◆ DATA TO PROCESS ◆
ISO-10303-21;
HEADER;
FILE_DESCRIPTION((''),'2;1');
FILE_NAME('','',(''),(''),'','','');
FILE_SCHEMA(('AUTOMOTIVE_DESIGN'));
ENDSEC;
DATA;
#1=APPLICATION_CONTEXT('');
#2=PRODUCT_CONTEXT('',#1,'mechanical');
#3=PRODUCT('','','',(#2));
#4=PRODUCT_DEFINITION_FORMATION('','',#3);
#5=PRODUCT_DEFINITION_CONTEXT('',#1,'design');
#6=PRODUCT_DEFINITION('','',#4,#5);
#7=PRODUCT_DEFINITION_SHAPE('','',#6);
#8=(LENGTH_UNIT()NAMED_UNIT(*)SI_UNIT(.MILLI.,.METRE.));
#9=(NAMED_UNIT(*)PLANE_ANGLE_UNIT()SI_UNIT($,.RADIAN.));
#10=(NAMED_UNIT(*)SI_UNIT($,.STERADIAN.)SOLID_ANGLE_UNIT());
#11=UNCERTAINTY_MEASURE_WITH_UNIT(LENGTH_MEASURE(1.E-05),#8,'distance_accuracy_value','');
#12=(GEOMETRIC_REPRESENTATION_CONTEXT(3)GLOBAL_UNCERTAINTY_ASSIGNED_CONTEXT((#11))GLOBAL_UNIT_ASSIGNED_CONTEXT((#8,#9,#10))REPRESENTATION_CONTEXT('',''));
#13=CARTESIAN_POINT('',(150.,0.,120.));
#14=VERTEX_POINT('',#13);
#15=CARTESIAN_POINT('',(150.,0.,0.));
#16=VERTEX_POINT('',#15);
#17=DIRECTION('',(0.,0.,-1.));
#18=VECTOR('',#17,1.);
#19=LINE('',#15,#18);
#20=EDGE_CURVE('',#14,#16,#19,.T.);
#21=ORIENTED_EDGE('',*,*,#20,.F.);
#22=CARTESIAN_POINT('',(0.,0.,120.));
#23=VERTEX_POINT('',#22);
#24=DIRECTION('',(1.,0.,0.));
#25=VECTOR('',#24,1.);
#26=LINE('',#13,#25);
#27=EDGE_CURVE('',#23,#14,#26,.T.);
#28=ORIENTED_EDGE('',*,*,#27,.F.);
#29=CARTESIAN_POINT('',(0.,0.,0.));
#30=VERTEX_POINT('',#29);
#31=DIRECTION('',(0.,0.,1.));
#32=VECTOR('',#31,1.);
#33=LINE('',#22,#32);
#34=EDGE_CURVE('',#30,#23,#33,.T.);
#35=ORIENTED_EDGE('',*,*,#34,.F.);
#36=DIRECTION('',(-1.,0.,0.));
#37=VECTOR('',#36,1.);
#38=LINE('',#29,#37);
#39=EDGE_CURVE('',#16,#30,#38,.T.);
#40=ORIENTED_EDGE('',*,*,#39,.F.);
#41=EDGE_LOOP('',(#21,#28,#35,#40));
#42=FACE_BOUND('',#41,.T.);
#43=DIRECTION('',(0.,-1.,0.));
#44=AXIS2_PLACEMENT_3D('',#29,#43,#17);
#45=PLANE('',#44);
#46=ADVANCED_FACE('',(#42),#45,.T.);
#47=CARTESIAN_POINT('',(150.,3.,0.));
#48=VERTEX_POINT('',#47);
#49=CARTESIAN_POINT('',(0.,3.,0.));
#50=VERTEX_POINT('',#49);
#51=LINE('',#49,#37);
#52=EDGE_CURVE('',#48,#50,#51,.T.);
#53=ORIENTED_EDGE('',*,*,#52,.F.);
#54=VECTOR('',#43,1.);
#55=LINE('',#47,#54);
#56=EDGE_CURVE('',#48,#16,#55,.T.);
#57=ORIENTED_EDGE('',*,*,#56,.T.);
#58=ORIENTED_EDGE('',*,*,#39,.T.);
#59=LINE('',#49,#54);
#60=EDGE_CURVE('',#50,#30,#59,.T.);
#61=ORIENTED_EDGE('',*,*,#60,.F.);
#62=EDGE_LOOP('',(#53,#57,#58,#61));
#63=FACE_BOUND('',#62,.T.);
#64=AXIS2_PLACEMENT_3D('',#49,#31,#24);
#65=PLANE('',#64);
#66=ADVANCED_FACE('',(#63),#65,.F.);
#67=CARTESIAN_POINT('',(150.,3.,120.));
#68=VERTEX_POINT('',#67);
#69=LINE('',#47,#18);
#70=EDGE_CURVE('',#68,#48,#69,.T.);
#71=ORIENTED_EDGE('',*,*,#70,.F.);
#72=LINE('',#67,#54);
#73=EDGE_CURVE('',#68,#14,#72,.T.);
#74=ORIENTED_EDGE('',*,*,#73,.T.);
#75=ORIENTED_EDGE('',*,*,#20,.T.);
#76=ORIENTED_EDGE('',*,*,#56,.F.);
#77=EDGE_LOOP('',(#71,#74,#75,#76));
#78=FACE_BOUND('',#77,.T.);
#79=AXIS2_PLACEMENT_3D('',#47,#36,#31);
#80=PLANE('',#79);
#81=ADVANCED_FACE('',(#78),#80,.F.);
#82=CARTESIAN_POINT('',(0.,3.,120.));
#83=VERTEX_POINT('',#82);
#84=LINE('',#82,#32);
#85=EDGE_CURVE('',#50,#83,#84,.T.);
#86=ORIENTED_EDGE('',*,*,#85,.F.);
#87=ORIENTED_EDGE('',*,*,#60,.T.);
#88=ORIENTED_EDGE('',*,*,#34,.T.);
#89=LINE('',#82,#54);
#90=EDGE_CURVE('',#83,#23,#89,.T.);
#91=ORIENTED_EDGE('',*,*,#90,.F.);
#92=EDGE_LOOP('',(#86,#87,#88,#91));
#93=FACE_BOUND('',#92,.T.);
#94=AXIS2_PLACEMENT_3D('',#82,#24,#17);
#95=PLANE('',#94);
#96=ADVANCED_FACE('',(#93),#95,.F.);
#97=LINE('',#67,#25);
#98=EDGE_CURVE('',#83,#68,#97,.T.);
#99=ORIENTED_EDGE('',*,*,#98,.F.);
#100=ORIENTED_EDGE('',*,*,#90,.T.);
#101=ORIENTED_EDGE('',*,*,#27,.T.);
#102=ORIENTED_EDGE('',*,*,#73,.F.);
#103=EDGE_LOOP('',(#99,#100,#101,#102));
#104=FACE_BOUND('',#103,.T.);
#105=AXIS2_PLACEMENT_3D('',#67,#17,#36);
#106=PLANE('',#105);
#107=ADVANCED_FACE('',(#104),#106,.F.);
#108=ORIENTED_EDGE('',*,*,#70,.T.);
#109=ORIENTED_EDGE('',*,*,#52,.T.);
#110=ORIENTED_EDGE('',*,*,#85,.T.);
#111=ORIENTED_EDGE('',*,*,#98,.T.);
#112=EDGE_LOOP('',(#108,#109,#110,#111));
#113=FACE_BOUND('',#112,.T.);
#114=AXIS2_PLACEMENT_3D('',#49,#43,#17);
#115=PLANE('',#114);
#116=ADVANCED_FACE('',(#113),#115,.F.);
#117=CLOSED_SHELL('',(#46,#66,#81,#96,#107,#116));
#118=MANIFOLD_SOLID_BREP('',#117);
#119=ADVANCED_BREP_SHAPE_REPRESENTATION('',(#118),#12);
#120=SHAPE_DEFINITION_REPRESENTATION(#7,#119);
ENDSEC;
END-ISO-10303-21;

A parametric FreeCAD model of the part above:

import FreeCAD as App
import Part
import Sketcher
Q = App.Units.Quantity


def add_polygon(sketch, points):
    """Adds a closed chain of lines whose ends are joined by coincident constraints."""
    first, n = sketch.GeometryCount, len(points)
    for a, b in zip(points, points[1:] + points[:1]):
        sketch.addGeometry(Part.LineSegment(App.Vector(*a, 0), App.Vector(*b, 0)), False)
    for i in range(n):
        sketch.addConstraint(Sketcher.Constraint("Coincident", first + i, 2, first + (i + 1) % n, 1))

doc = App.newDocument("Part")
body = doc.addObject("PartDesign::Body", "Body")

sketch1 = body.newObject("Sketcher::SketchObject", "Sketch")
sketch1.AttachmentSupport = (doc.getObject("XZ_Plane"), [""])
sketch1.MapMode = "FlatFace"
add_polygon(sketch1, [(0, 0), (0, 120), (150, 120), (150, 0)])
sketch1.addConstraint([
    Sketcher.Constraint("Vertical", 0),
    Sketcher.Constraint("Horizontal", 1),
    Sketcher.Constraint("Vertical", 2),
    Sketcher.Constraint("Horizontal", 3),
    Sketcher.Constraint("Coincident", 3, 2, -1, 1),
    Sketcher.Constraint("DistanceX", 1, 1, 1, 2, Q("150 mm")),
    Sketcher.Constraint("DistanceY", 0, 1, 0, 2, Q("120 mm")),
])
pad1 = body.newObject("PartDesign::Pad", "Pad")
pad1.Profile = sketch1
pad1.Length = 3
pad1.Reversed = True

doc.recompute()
--
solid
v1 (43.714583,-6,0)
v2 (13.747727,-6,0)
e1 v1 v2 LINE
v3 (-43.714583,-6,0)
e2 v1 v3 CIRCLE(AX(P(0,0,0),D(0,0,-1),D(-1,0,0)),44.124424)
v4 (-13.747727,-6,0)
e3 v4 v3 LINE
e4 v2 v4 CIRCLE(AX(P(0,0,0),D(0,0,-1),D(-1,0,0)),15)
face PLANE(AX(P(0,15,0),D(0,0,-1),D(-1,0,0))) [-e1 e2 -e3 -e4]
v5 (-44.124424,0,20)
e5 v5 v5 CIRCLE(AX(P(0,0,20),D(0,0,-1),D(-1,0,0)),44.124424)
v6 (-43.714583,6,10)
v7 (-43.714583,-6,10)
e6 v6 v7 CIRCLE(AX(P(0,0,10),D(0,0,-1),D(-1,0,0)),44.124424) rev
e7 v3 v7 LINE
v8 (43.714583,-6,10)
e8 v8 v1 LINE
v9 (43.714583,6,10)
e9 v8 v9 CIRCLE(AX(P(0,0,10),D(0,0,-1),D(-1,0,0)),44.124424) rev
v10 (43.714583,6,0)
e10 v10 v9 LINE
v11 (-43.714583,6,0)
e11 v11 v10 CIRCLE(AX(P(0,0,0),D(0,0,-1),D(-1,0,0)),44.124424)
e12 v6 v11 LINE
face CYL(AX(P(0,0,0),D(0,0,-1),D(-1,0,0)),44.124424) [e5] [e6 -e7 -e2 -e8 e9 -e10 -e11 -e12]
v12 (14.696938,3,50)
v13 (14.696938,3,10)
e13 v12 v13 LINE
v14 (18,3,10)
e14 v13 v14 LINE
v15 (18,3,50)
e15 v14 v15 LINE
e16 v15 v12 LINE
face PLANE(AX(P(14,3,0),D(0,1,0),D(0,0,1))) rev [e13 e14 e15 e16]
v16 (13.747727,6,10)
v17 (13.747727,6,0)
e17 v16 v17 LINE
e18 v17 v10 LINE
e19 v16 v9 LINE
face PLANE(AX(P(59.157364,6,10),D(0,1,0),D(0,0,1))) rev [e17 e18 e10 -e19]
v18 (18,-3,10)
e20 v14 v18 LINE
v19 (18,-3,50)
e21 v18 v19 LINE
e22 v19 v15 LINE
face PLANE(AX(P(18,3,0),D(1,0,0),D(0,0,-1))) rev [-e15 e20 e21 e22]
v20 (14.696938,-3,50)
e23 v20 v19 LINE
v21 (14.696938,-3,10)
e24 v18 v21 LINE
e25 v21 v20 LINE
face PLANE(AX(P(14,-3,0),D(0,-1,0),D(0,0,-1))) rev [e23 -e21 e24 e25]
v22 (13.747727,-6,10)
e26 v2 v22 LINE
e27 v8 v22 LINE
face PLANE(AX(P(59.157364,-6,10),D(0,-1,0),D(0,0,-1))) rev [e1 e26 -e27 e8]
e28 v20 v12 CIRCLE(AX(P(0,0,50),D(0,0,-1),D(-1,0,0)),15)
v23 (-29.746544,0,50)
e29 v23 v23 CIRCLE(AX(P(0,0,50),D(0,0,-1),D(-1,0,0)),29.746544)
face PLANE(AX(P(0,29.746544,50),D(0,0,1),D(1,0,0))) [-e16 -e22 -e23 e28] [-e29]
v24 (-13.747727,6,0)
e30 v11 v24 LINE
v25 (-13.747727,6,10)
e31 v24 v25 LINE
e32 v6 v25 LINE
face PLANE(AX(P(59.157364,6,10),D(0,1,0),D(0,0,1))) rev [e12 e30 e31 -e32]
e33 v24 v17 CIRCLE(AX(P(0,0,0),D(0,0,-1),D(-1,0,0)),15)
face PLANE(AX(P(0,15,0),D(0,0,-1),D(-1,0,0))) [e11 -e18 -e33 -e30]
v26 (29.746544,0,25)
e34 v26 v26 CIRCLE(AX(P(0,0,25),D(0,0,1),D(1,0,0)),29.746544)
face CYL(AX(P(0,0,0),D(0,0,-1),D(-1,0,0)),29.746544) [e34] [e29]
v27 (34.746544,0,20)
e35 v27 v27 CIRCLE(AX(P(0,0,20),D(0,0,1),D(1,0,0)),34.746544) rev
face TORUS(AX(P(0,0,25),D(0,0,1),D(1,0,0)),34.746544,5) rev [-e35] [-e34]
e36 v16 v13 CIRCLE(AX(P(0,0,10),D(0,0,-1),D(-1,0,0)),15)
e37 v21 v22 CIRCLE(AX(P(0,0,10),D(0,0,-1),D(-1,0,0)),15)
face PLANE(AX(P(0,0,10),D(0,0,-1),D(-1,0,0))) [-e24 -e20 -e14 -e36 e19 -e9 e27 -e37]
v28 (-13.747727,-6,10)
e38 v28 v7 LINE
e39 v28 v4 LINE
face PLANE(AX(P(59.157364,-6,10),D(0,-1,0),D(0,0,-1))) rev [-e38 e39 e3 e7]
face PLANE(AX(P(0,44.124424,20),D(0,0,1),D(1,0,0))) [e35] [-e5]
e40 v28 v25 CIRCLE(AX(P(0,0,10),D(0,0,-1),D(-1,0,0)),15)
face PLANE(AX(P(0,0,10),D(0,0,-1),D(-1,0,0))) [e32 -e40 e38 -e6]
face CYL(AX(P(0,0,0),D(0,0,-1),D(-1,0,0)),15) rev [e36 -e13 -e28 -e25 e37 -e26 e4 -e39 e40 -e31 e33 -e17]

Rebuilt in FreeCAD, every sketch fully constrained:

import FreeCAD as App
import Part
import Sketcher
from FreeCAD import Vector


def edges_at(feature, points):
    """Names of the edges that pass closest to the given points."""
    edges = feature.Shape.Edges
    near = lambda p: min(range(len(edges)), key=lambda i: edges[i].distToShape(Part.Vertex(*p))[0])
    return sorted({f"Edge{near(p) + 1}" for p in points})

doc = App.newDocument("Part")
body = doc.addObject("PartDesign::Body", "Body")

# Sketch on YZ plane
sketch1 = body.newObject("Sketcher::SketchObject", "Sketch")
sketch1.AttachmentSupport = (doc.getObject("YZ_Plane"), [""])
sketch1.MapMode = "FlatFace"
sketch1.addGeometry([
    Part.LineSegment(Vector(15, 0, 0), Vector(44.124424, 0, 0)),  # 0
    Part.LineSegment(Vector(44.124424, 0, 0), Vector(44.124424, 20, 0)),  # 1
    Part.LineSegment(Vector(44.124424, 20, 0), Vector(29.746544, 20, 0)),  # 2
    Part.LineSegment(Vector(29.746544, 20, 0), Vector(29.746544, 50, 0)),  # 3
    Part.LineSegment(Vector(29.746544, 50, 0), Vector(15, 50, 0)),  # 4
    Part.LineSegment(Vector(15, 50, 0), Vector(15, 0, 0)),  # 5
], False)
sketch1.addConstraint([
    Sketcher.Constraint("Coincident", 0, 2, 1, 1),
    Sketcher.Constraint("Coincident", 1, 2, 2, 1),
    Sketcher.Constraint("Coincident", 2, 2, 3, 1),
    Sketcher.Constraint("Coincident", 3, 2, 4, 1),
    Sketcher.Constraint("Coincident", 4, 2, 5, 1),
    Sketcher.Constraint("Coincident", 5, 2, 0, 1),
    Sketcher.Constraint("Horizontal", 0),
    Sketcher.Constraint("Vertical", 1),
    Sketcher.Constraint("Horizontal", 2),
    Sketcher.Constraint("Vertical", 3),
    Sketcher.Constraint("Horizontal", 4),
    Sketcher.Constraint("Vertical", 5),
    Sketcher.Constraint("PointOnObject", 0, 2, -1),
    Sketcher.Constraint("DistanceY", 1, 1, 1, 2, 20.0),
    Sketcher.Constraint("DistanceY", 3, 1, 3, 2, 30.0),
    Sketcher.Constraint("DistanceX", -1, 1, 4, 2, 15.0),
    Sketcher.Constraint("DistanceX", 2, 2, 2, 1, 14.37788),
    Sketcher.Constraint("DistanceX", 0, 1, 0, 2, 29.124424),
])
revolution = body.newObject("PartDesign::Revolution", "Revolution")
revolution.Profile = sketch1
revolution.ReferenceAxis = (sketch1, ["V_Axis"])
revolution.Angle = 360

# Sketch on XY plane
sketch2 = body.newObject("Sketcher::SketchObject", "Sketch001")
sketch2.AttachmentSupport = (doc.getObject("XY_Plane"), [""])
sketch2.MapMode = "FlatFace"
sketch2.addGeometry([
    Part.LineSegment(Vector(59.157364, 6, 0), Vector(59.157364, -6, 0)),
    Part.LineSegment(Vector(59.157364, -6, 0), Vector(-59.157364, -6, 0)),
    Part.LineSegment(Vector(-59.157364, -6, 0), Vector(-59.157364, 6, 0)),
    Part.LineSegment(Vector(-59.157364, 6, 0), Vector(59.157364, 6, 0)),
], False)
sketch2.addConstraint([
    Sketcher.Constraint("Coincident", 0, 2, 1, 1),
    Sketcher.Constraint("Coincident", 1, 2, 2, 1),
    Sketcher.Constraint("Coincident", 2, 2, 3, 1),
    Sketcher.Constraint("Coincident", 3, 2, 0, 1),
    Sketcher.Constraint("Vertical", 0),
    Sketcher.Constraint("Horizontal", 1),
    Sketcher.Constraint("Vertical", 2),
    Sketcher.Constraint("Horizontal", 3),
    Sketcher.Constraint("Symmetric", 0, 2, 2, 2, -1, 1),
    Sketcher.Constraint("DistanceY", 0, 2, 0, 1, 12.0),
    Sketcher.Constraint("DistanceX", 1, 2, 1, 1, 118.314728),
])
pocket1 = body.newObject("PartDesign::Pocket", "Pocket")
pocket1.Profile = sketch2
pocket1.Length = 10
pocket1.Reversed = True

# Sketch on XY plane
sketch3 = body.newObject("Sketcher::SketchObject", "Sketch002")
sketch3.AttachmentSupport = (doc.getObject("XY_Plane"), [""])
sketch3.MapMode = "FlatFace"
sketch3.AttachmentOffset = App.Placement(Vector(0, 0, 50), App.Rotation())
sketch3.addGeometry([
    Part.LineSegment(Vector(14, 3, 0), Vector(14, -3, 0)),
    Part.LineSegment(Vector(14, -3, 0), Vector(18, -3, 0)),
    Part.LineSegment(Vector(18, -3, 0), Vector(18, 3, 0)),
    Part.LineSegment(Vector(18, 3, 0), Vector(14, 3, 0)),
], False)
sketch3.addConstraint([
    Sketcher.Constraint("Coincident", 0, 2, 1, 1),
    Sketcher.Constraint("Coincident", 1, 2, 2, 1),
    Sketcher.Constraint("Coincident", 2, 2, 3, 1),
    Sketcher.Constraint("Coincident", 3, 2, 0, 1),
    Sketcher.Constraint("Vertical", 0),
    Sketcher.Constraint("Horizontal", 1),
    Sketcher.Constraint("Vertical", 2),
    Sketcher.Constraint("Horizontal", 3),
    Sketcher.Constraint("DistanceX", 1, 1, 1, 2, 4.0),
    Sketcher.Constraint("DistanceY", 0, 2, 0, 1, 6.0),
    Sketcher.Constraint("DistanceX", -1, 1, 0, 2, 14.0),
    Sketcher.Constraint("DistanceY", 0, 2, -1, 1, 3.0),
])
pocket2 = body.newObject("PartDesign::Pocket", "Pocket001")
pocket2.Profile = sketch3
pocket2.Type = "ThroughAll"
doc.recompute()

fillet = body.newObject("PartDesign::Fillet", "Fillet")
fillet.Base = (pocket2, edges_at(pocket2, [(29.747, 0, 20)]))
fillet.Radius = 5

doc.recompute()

◆ PROMPT ◆
Copy only this part of the entries above: the line with "e31 v24 v25 LINE", the line with "e35 v27 v27", and the lines between, all exactly as written.

◆ EXPECTED OUTPUT ◆
e31 v24 v25 LINE
e32 v6 v25 LINE
face PLANE(AX(P(59.157364,6,10),D(0,1,0),D(0,0,1))) rev [e12 e30 e31 -e32]
e33 v24 v17 CIRCLE(AX(P(0,0,0),D(0,0,-1),D(-1,0,0)),15)
face PLANE(AX(P(0,15,0),D(0,0,-1),D(-1,0,0))) [e11 -e18 -e33 -e30]
v26 (29.746544,0,25)
e34 v26 v26 CIRCLE(AX(P(0,0,25),D(0,0,1),D(1,0,0)),29.746544)
face CYL(AX(P(0,0,0),D(0,0,-1),D(-1,0,0)),29.746544) [e34] [e29]
v27 (34.746544,0,20)
e35 v27 v27 CIRCLE(AX(P(0,0,20),D(0,0,1),D(1,0,0)),34.746544) rev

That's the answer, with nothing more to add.